Ellery got up and went to the window. Through the glass, darkly, he saw the old landscape again.

‘Lieutenant.' He turned suddenly. ‘Did you check Roger Priam's paralysis?'

Keats smiled. ‘Got quite a file on that if you want to read a lot of medical mumbo-jumbo. The sources are some of the biggest specialists in the United States. But if you want it in plain American shorthand, his condition is on the level and it's hopeless. By the way, they were never able to get anything out of Priam about his previous medical history, if that's what you had in mind.'

‘You're disgustingly thorough, Keats. I wish I could find the heart to congratulate you. Now tell me you couldn't find anything on Alfred Wallace and I'll crown you.'

Keats picked up an inkstand and offered it to Ellery. ‘Start crowning.'

‘Nothing on Wallace
either
?'

‘That's right.' Keats spat little dry sprigs of tobacco. ‘All I could dig up about Mr. Alfred W. dates from the day Priam hired him, just over a year ago.'

‘Why, that can't be!' exploded Ellery. ‘Not three in the same case.'

‘He's not an Angeleno, I'm pretty well convinced of that. But I can't tell you what he
is
. I'm still working on it.'

‘But … it's such a short time ago, Keats!'

‘I know,' said Keats, showing his teeth without dropping the cigarette, ‘you wish you were back in New York among the boys in the big league. Just the same, there's something screwy about Wallace, too. And I thought, Mr. Queen, having so little to cheer you up with today, I'd cut out the fancy stuff and try a smash through the centre of the line. I haven't talked to Wallace. How about doing it now?'

‘You've got him here?' exclaimed Ellery.

‘Waiting in the next room. Just a polite invitation to come down to the station here and have a chat. He didn't seem to mind — said it was his day off anyway. I've got one of the boys keeping him from getting bored.'

Ellery pulled a chair into a shadowed corner of the office and snapped, ‘Produce.'

Alfred Wallace came in with a smile, the immaculate man unaffected by the Fahrenheit woes of lesser mortals. His white hair had a foaming wave to it; he carried a debonair slouch hat; there was a small purple aster in his lapel.

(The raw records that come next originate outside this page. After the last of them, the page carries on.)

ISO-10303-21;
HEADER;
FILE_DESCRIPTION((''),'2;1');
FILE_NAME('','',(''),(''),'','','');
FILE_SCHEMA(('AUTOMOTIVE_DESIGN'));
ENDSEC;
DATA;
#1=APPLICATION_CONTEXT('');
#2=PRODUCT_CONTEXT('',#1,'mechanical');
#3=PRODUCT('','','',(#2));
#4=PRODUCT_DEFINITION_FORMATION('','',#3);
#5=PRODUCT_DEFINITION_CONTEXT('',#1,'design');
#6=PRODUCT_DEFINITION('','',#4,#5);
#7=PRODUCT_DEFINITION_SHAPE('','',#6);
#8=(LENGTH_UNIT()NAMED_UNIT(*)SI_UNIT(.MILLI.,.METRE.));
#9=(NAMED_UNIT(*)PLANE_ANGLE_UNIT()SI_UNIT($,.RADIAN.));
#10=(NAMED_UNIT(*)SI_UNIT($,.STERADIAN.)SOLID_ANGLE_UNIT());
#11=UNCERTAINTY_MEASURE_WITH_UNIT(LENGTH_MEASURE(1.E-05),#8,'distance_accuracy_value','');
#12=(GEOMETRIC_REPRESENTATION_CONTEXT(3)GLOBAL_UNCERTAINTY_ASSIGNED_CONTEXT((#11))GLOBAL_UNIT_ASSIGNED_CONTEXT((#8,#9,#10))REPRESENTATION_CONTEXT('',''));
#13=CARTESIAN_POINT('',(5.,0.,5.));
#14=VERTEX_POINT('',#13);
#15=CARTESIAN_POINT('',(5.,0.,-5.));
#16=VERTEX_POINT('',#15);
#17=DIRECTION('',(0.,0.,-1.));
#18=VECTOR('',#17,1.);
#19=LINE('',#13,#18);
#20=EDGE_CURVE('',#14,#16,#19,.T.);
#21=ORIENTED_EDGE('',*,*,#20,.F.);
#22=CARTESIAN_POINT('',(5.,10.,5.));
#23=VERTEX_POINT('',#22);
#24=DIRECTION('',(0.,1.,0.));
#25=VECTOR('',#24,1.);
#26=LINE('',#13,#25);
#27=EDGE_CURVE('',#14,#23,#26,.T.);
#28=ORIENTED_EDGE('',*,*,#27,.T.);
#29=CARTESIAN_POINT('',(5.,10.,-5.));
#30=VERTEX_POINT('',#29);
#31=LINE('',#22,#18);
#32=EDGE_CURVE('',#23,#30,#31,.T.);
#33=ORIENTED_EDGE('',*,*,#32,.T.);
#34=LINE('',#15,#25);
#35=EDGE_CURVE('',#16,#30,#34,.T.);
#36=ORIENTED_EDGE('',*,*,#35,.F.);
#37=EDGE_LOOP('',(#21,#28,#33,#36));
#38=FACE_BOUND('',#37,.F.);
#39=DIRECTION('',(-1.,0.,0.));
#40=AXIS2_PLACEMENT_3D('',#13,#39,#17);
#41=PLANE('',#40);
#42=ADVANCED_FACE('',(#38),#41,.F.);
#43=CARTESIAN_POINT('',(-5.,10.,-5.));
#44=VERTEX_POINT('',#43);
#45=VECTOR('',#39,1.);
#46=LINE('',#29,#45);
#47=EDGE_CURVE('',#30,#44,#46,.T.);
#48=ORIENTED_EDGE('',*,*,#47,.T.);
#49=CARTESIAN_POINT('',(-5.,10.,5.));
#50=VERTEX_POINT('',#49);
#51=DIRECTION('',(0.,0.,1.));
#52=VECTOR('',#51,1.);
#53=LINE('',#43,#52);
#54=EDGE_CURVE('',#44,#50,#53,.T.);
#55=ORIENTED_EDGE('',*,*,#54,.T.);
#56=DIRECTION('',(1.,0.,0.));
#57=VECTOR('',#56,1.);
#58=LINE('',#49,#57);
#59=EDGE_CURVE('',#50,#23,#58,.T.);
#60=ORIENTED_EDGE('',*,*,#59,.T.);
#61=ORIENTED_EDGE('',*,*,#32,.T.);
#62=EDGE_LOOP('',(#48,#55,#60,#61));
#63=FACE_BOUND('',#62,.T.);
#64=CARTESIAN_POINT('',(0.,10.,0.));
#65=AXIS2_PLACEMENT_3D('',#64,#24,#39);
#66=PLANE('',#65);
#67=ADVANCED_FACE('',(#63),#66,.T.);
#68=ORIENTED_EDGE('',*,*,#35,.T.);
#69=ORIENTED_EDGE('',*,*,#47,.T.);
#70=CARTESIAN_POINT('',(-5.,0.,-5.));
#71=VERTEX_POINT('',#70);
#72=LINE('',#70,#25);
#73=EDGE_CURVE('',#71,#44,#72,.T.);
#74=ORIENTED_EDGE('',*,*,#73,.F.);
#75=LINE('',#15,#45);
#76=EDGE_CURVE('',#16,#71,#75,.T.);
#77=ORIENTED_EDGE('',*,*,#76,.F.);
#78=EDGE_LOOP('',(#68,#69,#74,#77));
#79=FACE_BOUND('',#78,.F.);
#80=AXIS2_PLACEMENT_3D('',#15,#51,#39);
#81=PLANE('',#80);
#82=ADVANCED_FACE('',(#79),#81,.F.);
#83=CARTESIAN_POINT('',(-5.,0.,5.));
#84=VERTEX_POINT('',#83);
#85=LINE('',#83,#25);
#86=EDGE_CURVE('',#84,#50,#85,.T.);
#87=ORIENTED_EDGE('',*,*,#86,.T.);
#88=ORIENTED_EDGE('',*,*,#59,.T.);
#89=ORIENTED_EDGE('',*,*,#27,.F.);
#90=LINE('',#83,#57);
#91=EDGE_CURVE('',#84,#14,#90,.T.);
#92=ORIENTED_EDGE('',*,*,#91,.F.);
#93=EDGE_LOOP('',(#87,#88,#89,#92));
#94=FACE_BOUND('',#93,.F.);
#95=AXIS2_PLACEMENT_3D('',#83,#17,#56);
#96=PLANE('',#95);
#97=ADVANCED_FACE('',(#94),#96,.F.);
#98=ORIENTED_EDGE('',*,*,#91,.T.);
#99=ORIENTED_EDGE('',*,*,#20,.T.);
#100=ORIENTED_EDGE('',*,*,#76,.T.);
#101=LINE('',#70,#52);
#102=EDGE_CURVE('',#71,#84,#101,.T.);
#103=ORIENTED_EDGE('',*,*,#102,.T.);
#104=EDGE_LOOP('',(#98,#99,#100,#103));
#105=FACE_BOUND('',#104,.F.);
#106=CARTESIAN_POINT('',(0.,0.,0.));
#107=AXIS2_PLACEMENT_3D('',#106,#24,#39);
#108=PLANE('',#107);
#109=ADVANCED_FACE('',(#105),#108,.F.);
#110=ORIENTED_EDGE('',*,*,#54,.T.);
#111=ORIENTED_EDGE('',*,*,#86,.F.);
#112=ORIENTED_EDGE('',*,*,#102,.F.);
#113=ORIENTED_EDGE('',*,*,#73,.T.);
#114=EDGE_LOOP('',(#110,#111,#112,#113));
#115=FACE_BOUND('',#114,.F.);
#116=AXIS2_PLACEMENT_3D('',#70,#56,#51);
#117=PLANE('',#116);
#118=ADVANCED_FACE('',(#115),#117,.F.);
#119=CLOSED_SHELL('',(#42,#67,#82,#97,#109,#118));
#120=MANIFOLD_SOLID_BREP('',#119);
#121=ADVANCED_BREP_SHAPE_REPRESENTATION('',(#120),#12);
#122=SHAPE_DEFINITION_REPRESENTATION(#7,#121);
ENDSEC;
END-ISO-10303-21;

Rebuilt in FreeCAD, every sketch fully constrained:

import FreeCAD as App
import Part
import Sketcher

V = App.Vector


def add_polygon(sketch, points):
    """Adds a closed chain of lines whose ends are joined by coincident constraints."""
    first, n = sketch.GeometryCount, len(points)
    for a, b in zip(points, points[1:] + points[:1]):
        sketch.addGeometry(Part.LineSegment(App.Vector(*a, 0), App.Vector(*b, 0)), False)
    for i in range(n):
        sketch.addConstraint(Sketcher.Constraint("Coincident", first + i, 2, first + (i + 1) % n, 1))

doc = App.newDocument("Part")
body = doc.addObject("PartDesign::Body", "Body")

# Sketch on XZ plane
sketch1 = body.newObject("Sketcher::SketchObject", "Sketch")
sketch1.AttachmentSupport = (doc.getObject("XZ_Plane"), [""])
sketch1.MapMode = "FlatFace"
add_polygon(sketch1, [(5, 5), (5, -5), (-5, -5), (-5, 5)])  # lines 0-3
sketch1.addConstraint(Sketcher.Constraint("Vertical", 0))
sketch1.addConstraint(Sketcher.Constraint("Horizontal", 1))
sketch1.addConstraint(Sketcher.Constraint("Vertical", 2))
sketch1.addConstraint(Sketcher.Constraint("Horizontal", 3))
sketch1.addConstraint(Sketcher.Constraint("Symmetric", 0, 2, 2, 2, -1, 1))
sketch1.addConstraint(Sketcher.Constraint("Equal", 3, 0))
sketch1.addConstraint(Sketcher.Constraint("DistanceX", 1, 2, 1, 1, 10.0))
pad1 = body.newObject("PartDesign::Pad", "Pad")
pad1.Profile = sketch1
pad1.Length = 10
pad1.Reversed = True

doc.recompute()
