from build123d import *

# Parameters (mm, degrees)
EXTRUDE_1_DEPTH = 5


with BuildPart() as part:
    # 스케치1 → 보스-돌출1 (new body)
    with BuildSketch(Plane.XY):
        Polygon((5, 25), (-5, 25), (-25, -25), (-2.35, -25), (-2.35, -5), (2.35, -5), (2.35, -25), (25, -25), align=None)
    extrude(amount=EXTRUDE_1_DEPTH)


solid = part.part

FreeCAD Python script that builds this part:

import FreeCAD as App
import Part
import Sketcher

doc = App.newDocument("Part")
params = doc.addObject("Spreadsheet::Sheet", "Params")
for row, (alias, value) in enumerate([
    ("sketch1_width", "10 mm"),
    ("sketch1_height", "20 mm"),
    ("sketch1_width2", "4.7 mm"),
    ("pad1_length", "5 mm"),
], start=1):
    params.set(f"A{row}", alias)
    params.set(f"B{row}", "=" + value)
    params.setAlias(f"B{row}", alias)

body = doc.addObject("PartDesign::Body", "Body")

# Sketch on XY plane
sketch1 = body.newObject("Sketcher::SketchObject", "Sketch")
sketch1.AttachmentSupport = (doc.getObject("XY_Plane"), [""])
sketch1.MapMode = "FlatFace"
sketch1.addGeometry([
    Part.LineSegment(App.Vector(5, 25, 0), App.Vector(-5, 25, 0)),  # 0
    Part.LineSegment(App.Vector(-5, 25, 0), App.Vector(-25, -25, 0)),  # 1
    Part.LineSegment(App.Vector(-25, -25, 0), App.Vector(-2.4, -25, 0)),  # 2
    Part.LineSegment(App.Vector(-2.4, -25, 0), App.Vector(-2.4, -5, 0)),  # 3
    Part.LineSegment(App.Vector(-2.4, -5, 0), App.Vector(2.4, -5, 0)),  # 4
    Part.LineSegment(App.Vector(2.4, -5, 0), App.Vector(2.4, -25, 0)),  # 5
    Part.LineSegment(App.Vector(2.4, -25, 0), App.Vector(25, -25, 0)),  # 6
    Part.LineSegment(App.Vector(25, -25, 0), App.Vector(5, 25, 0)),  # 7
], False)
sketch1.addConstraint([
    Sketcher.Constraint("Coincident", 0, 2, 1, 1),
    Sketcher.Constraint("Coincident", 1, 2, 2, 1),
    Sketcher.Constraint("Coincident", 2, 2, 3, 1),
    Sketcher.Constraint("Coincident", 3, 2, 4, 1),
    Sketcher.Constraint("Coincident", 4, 2, 5, 1),
    Sketcher.Constraint("Coincident", 5, 2, 6, 1),
    Sketcher.Constraint("Coincident", 6, 2, 7, 1),
    Sketcher.Constraint("Coincident", 7, 2, 0, 1),
    Sketcher.Constraint("Horizontal", 0),
    Sketcher.Constraint("Horizontal", 2),
    Sketcher.Constraint("Vertical", 3),
    Sketcher.Constraint("Horizontal", 4),
    Sketcher.Constraint("Vertical", 5),
    Sketcher.Constraint("Horizontal", 6),
    Sketcher.Constraint("Symmetric", 2, 2, 5, 2, -2),
    Sketcher.Constraint("Equal", 2, 6),
    Sketcher.Constraint("Equal", 1, 7),
    Sketcher.Constraint("DistanceX", 0, 2, 0, 1, 10.0),
    Sketcher.Constraint("DistanceY", 3, 1, 3, 2, 20.0),
    Sketcher.Constraint("DistanceX", 4, 1, 4, 2, 4.7),
    Sketcher.Constraint("DistanceY", -1, 1, 0, 2, 25.0),
    Sketcher.Constraint("DistanceX", 1, 2, -1, 1, 25.0),
    Sketcher.Constraint("DistanceY", 1, 2, -1, 1, 25.0),
])
sketch1.setExpression("Constraints[17]", "Params.sketch1_width")
sketch1.setExpression("Constraints[18]", "Params.sketch1_height")
sketch1.setExpression("Constraints[19]", "Params.sketch1_width2")
pad1 = body.newObject("PartDesign::Pad", "Pad")
pad1.Profile = sketch1
pad1.setExpression("Length", "Params.pad1_length")

doc.recompute()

‘Mr. Queen,' said Wallace pleasantly. ‘So you're the reason Lieutenant Keats has kept me waiting over an hour.'

‘I'm afraid so.' Ellery did not rise.

But Keats was polite. ‘Sorry about that, Mr. Wallace. Here, have this chair … But you can't always time yourself in a murder investigation.'

‘You mean what
may
be a murder investigation, Lieutenant,' said Wallace, seating himself, crossing his legs, and setting his hat precisely on his knee. ‘Or has something new come up?'

‘Something new could come up, Mr. Wallace, if you'll answer a few questions.'

‘Me?' Wallace raised his handsome brows. ‘Is that why you've placed this chair where the sun hits my face?' He seemed amused.

Keats silently pulled the cord of the Venetian blind.

‘Thanks, Lieutenant. I'll be glad to answer any questions you ask. If, of course, I can.'

‘I don't think you'll have any trouble answering this one, Mr. Wallace: Where do you come from?'

‘Ah,' Wallace looked thoughtful. ‘Now that's just the kind of question, Lieutenant, I can't answer.'

‘You mean you won't answer.'

‘I mean I can't answer.'

‘You don't know where you come from, I suppose.'

‘Exactly.'

‘If that's going to be Mr. Wallace's attitude,' said Ellery from his corner, ‘I think we can terminate the interview.'

‘You misunderstand me, Mr. Queen. I'm not being obstructive.' Wallace sounded earnest. ‘I can't tell you gentlemen where I come from because I don't know myself. I'm one of those interesting cases you read about in the papers. An amnesia victim.'

Keats glanced at Ellery. Then he rose. ‘Okay, Wallace. That's all.'

‘But that's not all, Lieutenant. This isn't something I can't prove. In fact, now that you've brought it up, I insist on proving it. You're making a recording of this, of course? I would like this to go into the record.'

Keats waved his hand. His eyes were intent and a little admiring.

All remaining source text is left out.